Online Bandit Learning with Offline Preference Data for Improved RLHF
Akhil Agnihotri, Rahul Jain, Deepak Ramachandran, Zheng Wen
TL;DR
This work addresses aligning generative models with human preferences by combining offline preference data with online reward-based fine-tuning in a RLHF-like setting. It formalizes the problem as a finite-armed linear bandit with an offline preference dataset and develops warmPref-PS, a Bayesian posterior sampling algorithm that warm-starts from the offline data and accounts for the rater’s competence. The authors establish information-theoretic conditions under which offline data is informative and prove a regret bound that degrades gracefully with offline data size and rater quality, showing sublinear regret as those resources grow. A practical Bootstrapped version is proposed to handle large or infinite arm spaces, and empirical results demonstrate substantial improvements over baselines and robustness to misspecification, indicating a viable path for RLHF enhancements using offline preferences.
Abstract
Reinforcement Learning with Human Feedback (RLHF) is at the core of fine-tuning methods for generative AI models for language and images. Such feedback is often sought as rank or preference feedback from human raters, as opposed to eliciting scores since the latter tends to be noisy. On the other hand, RL theory and algorithms predominantly assume that a reward feedback is available.
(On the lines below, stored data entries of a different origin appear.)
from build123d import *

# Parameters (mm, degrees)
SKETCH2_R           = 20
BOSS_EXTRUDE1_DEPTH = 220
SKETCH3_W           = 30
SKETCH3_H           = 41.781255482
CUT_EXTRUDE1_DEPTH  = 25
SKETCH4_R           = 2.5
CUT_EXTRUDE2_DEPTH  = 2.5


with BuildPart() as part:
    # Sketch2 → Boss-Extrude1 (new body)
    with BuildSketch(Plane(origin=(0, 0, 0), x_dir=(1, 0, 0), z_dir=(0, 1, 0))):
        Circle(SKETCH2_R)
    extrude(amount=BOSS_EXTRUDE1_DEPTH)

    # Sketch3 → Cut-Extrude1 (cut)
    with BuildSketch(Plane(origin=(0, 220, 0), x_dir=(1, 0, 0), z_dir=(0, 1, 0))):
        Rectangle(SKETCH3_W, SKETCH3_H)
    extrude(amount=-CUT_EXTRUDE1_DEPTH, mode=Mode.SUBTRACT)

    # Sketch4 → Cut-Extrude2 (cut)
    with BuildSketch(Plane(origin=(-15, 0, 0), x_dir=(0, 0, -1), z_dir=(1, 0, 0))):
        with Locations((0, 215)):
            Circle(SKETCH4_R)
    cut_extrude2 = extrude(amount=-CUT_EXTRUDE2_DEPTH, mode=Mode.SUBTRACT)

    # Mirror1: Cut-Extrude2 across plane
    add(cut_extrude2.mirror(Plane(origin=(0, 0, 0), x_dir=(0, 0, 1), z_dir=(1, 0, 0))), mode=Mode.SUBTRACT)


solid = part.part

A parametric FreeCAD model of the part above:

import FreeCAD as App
import Part
import Sketcher
from FreeCAD import Vector


def add_polygon(sketch, points):
    """Adds a closed chain of lines whose ends are joined by coincident constraints."""
    first, n = sketch.GeometryCount, len(points)
    for a, b in zip(points, points[1:] + points[:1]):
        sketch.addGeometry(Part.LineSegment(App.Vector(*a, 0), App.Vector(*b, 0)), False)
    for i in range(n):
        sketch.addConstraint(Sketcher.Constraint("Coincident", first + i, 2, first + (i + 1) % n, 1))

doc = App.newDocument("Part")
body = doc.addObject("PartDesign::Body", "Body")

sketch1 = body.newObject("Sketcher::SketchObject", "Sketch")
sketch1.AttachmentSupport = (doc.getObject("XZ_Plane"), [""])
sketch1.MapMode = "FlatFace"
sketch1.addGeometry(Part.Circle(Vector(0, 0, 0), Vector(0, 0, 1), 20), False)
sketch1.addConstraint([
    Sketcher.Constraint("Coincident", 0, 3, -1, 1),
    Sketcher.Constraint("Diameter", 0, 40.0),
])
pad1 = body.newObject("PartDesign::Pad", "Pad")
pad1.Profile = sketch1
pad1.Length = 220
pad1.Reversed = True

sketch2 = body.newObject("Sketcher::SketchObject", "Sketch001")
sketch2.AttachmentSupport = (doc.getObject("XZ_Plane"), [""])
sketch2.MapMode = "FlatFace"
sketch2.AttachmentOffset = App.Placement(Vector(0, 0, -220), App.Rotation())
add_polygon(sketch2, [(-15, -21), (-15, 21), (15, 21), (15, -21)])
sketch2.addConstraint([
    Sketcher.Constraint("Vertical", 0),
    Sketcher.Constraint("Horizontal", 1),
    Sketcher.Constraint("Vertical", 2),
    Sketcher.Constraint("Horizontal", 3),
    Sketcher.Constraint("Symmetric", 0, 2, 2, 2, -1, 1),
    Sketcher.Constraint("DistanceX", 1, 1, 1, 2, 30.0),
    Sketcher.Constraint("DistanceY", 0, 1, 0, 2, 41.781255),
])
pocket1 = body.newObject("PartDesign::Pocket", "Pocket")
pocket1.Profile = sketch2
pocket1.Length = 25
pocket1.Reversed = True

sketch3 = body.newObject("Sketcher::SketchObject", "Sketch002")
sketch3.AttachmentSupport = (doc.getObject("YZ_Plane"), [""])
sketch3.MapMode = "FlatFace"
sketch3.AttachmentOffset = App.Placement(Vector(0, 0, -15), App.Rotation())
sketch3.addGeometry(Part.Circle(Vector(215, 0, 0), Vector(0, 0, 1), 2.5), False)
sketch3.addConstraint([
    Sketcher.Constraint("PointOnObject", 0, 3, -1),
    Sketcher.Constraint("Diameter", 0, 5.0),
    Sketcher.Constraint("DistanceX", -1, 1, 0, 3, 215.0),
])
pocket2 = body.newObject("PartDesign::Pocket", "Pocket001")
pocket2.Profile = sketch3
pocket2.Length = 2.5
doc.recompute()

mirrored = body.newObject("PartDesign::Mirrored", "Mirrored")
mirrored.Originals = [pocket2]
mirrored.MirrorPlane = (doc.getObject("YZ_Plane"), [""])
body.Tip = mirrored

doc.recompute()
In particular, approaches for online learning that can be helpful in adaptive data collection via active learning cannot incorporate offline preference data. In this paper, we adopt a finite-armed linear bandit model as a prototypical model of online learning. We consider an offline preference dataset to be available generated by an expert of unknown 'competence'. We propose warmPref-PS, a posterior sampling algorithm for online learning that can be warm-started with an offline dataset with noisy preference feedback. We show that by modeling the 'competence' of the expert that generated it, we are able to use such a dataset most effectively. We support our claims with novel theoretical analysis of its Bayesian regret, as well as, extensive empirical evaluation of an approximate loss function that optimizes for infinitely many arms, and performs substantially better than baselines.